Aim of the task =>
Repeat the lines below exactly as written, please, from the line with "v6 (2.740385,28.485577,0)" to the line with "A parametric FreeCAD", both lines included, and no others.

Provided records =>

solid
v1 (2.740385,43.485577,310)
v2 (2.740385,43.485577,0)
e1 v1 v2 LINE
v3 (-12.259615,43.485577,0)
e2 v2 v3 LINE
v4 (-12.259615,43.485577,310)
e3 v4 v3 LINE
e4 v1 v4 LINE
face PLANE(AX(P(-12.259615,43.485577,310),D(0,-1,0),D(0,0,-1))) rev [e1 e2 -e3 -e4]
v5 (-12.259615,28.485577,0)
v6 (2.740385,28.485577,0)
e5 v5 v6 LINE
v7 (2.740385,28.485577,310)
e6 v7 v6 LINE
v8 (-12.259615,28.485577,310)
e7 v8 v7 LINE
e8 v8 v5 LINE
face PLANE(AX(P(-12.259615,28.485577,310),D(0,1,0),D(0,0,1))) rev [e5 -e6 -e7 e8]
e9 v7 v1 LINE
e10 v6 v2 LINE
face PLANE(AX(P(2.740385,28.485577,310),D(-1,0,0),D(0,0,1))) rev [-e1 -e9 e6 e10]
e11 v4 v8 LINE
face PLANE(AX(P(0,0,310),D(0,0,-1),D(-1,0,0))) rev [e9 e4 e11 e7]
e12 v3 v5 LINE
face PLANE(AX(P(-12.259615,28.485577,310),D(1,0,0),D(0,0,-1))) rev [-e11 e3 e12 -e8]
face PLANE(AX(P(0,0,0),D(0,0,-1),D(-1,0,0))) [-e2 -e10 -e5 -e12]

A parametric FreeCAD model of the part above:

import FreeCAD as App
import Part
import Sketcher

V = App.Vector

doc = App.newDocument("Part")
body = doc.addObject("PartDesign::Body", "Body")

sketch1 = body.newObject("Sketcher::SketchObject", "Sketch")
sketch1.AttachmentSupport = (doc.getObject("XY_Plane"), [""])
sketch1.MapMode = "FlatFace"
sketch1.addGeometry([
    Part.LineSegment(V(-12.259615, 43.485577, 0), V(-12.259615, 28.485577, 0)),
    Part.LineSegment(V(-12.259615, 28.485577, 0), V(2.740385, 28.485577, 0)),
    Part.LineSegment(V(2.740385, 28.485577, 0), V(2.740385, 43.485577, 0)),
    Part.LineSegment(V(2.740385, 43.485577, 0), V(-12.259615, 43.485577, 0)),
], False)
sketch1.addConstraint([
    Sketcher.Constraint("Coincident", 0, 2, 1, 1),
    Sketcher.Constraint("Coincident", 1, 2, 2, 1),
    Sketcher.Constraint("Coincident", 2, 2, 3, 1),
    Sketcher.Constraint("Coincident", 3, 2, 0, 1),
    Sketcher.Constraint("Vertical", 0),
    Sketcher.Constraint("Horizontal", 1),
    Sketcher.Constraint("Vertical", 2),
    Sketcher.Constraint("Horizontal", 3),
    Sketcher.Constraint("Equal", 3, 0),
    Sketcher.Constraint("DistanceX", 1, 1, 1, 2, 15.0),
    Sketcher.Constraint("DistanceX", 0, 2, -1, 1, 12.259615),
    Sketcher.Constraint("DistanceY", -1, 1, 0, 2, 28.485577),
])
pad1 = body.newObject("PartDesign::Pad", "Pad")
pad1.Profile = sketch1
pad1.Length = 310

doc.recompute()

Solution for this task =>
v6 (2.740385,28.485577,0)
e5 v5 v6 LINE
v7 (2.740385,28.485577,310)
e6 v7 v6 LINE
v8 (-12.259615,28.485577,310)
e7 v8 v7 LINE
e8 v8 v5 LINE
face PLANE(AX(P(-12.259615,28.485577,310),D(0,1,0),D(0,0,1))) rev [e5 -e6 -e7 e8]
e9 v7 v1 LINE
e10 v6 v2 LINE
face PLANE(AX(P(2.740385,28.485577,310),D(-1,0,0),D(0,0,1))) rev [-e1 -e9 e6 e10]
e11 v4 v8 LINE
face PLANE(AX(P(0,0,310),D(0,0,-1),D(-1,0,0))) rev [e9 e4 e11 e7]
e12 v3 v5 LINE
face PLANE(AX(P(-12.259615,28.485577,310),D(1,0,0),D(0,0,-1))) rev [-e11 e3 e12 -e8]
face PLANE(AX(P(0,0,0),D(0,0,-1),D(-1,0,0))) [-e2 -e10 -e5 -e12]

A parametric FreeCAD model of the part above:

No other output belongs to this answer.